**Required work:** Give an exact copy of the lines from the beginning of the listing below to the "#45=VERTEX_POINT('',#44);" line, inclusive.

**Data provided:**
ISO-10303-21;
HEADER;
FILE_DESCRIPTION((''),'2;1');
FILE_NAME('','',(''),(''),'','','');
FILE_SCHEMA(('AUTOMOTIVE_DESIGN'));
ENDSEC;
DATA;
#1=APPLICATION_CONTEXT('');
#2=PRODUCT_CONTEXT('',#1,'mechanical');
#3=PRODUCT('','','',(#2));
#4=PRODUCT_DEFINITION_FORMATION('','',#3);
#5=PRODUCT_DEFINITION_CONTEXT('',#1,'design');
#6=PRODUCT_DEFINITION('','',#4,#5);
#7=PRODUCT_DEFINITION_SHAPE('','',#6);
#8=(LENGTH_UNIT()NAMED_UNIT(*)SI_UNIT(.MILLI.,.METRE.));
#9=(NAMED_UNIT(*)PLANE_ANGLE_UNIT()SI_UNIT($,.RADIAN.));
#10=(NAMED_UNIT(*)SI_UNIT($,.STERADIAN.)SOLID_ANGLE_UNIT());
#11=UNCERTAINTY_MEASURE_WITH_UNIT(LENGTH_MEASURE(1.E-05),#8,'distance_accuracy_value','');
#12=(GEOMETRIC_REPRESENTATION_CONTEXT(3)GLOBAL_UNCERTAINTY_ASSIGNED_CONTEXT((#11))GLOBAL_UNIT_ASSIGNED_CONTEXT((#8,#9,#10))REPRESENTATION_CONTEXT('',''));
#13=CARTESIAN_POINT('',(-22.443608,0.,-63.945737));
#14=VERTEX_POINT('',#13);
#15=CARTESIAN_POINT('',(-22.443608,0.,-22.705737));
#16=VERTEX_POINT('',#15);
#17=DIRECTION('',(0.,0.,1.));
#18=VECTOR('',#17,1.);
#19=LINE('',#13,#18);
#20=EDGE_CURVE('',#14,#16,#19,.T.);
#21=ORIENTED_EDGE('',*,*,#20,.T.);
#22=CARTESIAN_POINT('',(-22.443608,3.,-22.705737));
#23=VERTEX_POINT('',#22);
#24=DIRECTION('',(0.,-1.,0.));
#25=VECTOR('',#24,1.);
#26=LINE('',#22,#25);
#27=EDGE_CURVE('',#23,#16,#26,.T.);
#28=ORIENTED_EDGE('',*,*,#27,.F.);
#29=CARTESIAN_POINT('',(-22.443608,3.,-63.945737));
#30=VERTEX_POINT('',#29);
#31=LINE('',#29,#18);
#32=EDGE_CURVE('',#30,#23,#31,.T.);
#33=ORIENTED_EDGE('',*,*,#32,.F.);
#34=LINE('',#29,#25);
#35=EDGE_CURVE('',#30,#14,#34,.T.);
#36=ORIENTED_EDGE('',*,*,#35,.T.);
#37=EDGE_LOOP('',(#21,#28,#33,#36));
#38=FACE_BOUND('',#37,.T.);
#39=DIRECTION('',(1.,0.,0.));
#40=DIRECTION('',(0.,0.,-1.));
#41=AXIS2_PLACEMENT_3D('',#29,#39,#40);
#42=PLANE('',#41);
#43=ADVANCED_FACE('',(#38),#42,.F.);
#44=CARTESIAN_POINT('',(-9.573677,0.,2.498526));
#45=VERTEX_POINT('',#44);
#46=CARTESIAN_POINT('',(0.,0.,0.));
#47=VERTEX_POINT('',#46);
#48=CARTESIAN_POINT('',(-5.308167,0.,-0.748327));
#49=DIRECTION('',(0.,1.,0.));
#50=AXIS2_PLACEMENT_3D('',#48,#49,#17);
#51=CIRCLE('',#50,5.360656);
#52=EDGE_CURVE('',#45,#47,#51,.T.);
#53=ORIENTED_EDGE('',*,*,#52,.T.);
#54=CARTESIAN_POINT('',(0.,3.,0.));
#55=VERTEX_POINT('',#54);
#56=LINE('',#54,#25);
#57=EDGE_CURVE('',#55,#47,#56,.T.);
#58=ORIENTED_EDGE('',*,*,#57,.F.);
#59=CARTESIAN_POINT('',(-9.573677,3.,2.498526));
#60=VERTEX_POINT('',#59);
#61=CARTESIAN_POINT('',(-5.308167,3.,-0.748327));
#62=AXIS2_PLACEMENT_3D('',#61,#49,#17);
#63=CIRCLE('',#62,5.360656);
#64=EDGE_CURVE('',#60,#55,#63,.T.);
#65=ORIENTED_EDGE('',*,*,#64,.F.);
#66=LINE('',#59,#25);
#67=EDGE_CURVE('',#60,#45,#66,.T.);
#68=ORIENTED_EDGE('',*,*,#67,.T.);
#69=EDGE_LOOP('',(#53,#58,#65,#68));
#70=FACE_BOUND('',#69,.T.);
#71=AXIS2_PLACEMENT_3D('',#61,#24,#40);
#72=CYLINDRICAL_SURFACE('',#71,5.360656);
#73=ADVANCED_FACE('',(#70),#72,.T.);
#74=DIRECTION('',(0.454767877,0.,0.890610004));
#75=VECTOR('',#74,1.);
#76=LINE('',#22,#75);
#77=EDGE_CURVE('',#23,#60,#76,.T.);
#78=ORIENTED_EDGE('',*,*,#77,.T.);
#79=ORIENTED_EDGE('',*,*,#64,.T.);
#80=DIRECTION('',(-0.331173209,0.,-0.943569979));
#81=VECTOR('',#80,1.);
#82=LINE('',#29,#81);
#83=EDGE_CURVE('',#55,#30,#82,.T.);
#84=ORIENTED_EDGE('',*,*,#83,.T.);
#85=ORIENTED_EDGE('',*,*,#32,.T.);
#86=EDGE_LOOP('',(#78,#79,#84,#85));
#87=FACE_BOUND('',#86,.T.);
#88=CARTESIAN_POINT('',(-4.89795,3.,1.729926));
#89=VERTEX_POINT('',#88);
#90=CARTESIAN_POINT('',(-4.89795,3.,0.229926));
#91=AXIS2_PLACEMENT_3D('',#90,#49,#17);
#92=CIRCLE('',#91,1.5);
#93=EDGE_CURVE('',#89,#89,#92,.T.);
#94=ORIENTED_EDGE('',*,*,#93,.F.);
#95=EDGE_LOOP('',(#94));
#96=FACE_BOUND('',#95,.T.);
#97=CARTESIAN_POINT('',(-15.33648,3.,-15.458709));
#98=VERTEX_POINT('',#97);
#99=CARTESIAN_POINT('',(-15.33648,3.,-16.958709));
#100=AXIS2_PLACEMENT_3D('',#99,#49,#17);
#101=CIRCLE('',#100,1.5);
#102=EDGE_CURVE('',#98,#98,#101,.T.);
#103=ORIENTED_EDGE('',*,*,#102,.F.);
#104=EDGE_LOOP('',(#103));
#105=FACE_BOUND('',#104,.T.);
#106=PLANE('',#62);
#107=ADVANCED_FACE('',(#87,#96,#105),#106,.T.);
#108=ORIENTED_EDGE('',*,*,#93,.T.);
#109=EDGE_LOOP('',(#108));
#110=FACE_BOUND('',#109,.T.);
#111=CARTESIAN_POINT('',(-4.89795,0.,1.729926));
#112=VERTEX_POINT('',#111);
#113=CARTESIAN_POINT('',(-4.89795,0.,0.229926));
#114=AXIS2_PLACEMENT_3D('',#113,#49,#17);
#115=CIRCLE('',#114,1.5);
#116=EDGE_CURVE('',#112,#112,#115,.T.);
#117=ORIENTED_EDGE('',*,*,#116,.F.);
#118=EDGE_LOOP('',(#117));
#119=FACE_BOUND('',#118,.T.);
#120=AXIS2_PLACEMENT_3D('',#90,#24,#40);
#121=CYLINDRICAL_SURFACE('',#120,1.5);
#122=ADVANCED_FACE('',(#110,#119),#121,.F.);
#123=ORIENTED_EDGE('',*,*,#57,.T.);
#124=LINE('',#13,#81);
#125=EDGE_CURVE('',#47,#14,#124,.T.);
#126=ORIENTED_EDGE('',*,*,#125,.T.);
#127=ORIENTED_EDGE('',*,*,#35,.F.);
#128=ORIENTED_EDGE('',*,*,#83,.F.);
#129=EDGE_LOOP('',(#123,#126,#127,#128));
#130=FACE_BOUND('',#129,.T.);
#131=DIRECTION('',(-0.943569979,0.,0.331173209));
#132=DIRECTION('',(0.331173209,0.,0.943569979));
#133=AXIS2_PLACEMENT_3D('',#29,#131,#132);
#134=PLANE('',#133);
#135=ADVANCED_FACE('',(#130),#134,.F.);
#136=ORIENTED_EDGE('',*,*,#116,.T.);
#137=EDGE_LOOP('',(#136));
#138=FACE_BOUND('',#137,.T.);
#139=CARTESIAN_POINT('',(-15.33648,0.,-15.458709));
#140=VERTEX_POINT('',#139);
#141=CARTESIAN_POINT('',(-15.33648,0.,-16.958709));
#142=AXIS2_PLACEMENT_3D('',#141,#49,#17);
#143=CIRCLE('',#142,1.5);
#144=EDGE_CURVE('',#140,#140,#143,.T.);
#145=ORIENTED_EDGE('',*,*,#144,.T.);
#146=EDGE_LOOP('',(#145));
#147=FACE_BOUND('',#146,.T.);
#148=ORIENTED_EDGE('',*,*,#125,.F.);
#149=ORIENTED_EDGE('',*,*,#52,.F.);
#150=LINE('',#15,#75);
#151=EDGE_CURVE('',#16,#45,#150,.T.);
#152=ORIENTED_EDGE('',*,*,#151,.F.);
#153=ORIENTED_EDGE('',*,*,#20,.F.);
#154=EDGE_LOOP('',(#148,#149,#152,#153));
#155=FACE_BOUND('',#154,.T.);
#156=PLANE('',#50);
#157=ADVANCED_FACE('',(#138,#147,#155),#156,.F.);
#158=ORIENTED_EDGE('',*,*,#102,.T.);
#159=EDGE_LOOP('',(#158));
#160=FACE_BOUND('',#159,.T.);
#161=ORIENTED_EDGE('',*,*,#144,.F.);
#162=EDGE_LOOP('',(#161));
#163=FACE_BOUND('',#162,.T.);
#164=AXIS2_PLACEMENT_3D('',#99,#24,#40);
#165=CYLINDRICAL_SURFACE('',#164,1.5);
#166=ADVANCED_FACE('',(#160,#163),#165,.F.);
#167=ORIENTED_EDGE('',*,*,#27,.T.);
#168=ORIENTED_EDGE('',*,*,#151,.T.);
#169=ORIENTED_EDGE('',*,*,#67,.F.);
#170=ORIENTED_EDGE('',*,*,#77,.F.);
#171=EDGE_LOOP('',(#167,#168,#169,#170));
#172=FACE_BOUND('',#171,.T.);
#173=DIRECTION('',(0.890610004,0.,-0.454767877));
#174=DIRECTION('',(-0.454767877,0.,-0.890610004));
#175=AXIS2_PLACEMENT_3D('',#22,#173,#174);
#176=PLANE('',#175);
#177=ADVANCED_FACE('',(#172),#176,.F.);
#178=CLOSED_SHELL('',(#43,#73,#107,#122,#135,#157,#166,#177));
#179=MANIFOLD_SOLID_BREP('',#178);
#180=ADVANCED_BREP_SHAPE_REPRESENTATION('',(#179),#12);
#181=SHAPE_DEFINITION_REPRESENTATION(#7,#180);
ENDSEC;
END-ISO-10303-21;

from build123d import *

# Parameters (mm, degrees)
SKETCH1_R           = 1.5
BOSS_EXTRUDE1_DEPTH = 3


with BuildPart() as part:
    # Sketch1 → Boss-Extrude1 (new body)
    with BuildSketch(Plane(origin=(0, 0, 0), x_dir=(1, 0, 0), z_dir=(0, 1, 0))):
        with BuildLine():
            Line((-22.443608406, 63.945737479), (-22.443608406, 22.705737479))
            Line((-22.443608406, 22.705737479), (-9.573677497, -2.498525621))
            ThreePointArc((-9.573677497, -2.498525621), (-3.954490329, -4.438597859), (0, 0))
            Line((0, 0), (-22.443608406, 63.945737479))
        make_face()
        with Locations(Location((-15.336480405, 16.958709415, 0), (0, 0, 270))):
            Circle(SKETCH1_R, mode=Mode.SUBTRACT)
        with Locations(Location((-4.897949582, -0.229925617, 0), (0, 0, 270))):
            Circle(SKETCH1_R, mode=Mode.SUBTRACT)
    extrude(amount=BOSS_EXTRUDE1_DEPTH)


solid = part.part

**Worked solution:**
ISO-10303-21;
HEADER;
FILE_DESCRIPTION((''),'2;1');
FILE_NAME('','',(''),(''),'','','');
FILE_SCHEMA(('AUTOMOTIVE_DESIGN'));
ENDSEC;
DATA;
#1=APPLICATION_CONTEXT('');
#2=PRODUCT_CONTEXT('',#1,'mechanical');
#3=PRODUCT('','','',(#2));
#4=PRODUCT_DEFINITION_FORMATION('','',#3);
#5=PRODUCT_DEFINITION_CONTEXT('',#1,'design');
#6=PRODUCT_DEFINITION('','',#4,#5);
#7=PRODUCT_DEFINITION_SHAPE('','',#6);
#8=(LENGTH_UNIT()NAMED_UNIT(*)SI_UNIT(.MILLI.,.METRE.));
#9=(NAMED_UNIT(*)PLANE_ANGLE_UNIT()SI_UNIT($,.RADIAN.));
#10=(NAMED_UNIT(*)SI_UNIT($,.STERADIAN.)SOLID_ANGLE_UNIT());
#11=UNCERTAINTY_MEASURE_WITH_UNIT(LENGTH_MEASURE(1.E-05),#8,'distance_accuracy_value','');
#12=(GEOMETRIC_REPRESENTATION_CONTEXT(3)GLOBAL_UNCERTAINTY_ASSIGNED_CONTEXT((#11))GLOBAL_UNIT_ASSIGNED_CONTEXT((#8,#9,#10))REPRESENTATION_CONTEXT('',''));
#13=CARTESIAN_POINT('',(-22.443608,0.,-63.945737));
#14=VERTEX_POINT('',#13);
#15=CARTESIAN_POINT('',(-22.443608,0.,-22.705737));
#16=VERTEX_POINT('',#15);
#17=DIRECTION('',(0.,0.,1.));
#18=VECTOR('',#17,1.);
#19=LINE('',#13,#18);
#20=EDGE_CURVE('',#14,#16,#19,.T.);
#21=ORIENTED_EDGE('',*,*,#20,.T.);
#22=CARTESIAN_POINT('',(-22.443608,3.,-22.705737));
#23=VERTEX_POINT('',#22);
#24=DIRECTION('',(0.,-1.,0.));
#25=VECTOR('',#24,1.);
#26=LINE('',#22,#25);
#27=EDGE_CURVE('',#23,#16,#26,.T.);
#28=ORIENTED_EDGE('',*,*,#27,.F.);
#29=CARTESIAN_POINT('',(-22.443608,3.,-63.945737));
#30=VERTEX_POINT('',#29);
#31=LINE('',#29,#18);
#32=EDGE_CURVE('',#30,#23,#31,.T.);
#33=ORIENTED_EDGE('',*,*,#32,.F.);
#34=LINE('',#29,#25);
#35=EDGE_CURVE('',#30,#14,#34,.T.);
#36=ORIENTED_EDGE('',*,*,#35,.T.);
#37=EDGE_LOOP('',(#21,#28,#33,#36));
#38=FACE_BOUND('',#37,.T.);
#39=DIRECTION('',(1.,0.,0.));
#40=DIRECTION('',(0.,0.,-1.));
#41=AXIS2_PLACEMENT_3D('',#29,#39,#40);
#42=PLANE('',#41);
#43=ADVANCED_FACE('',(#38),#42,.F.);
#44=CARTESIAN_POINT('',(-9.573677,0.,2.498526));
#45=VERTEX_POINT('',#44);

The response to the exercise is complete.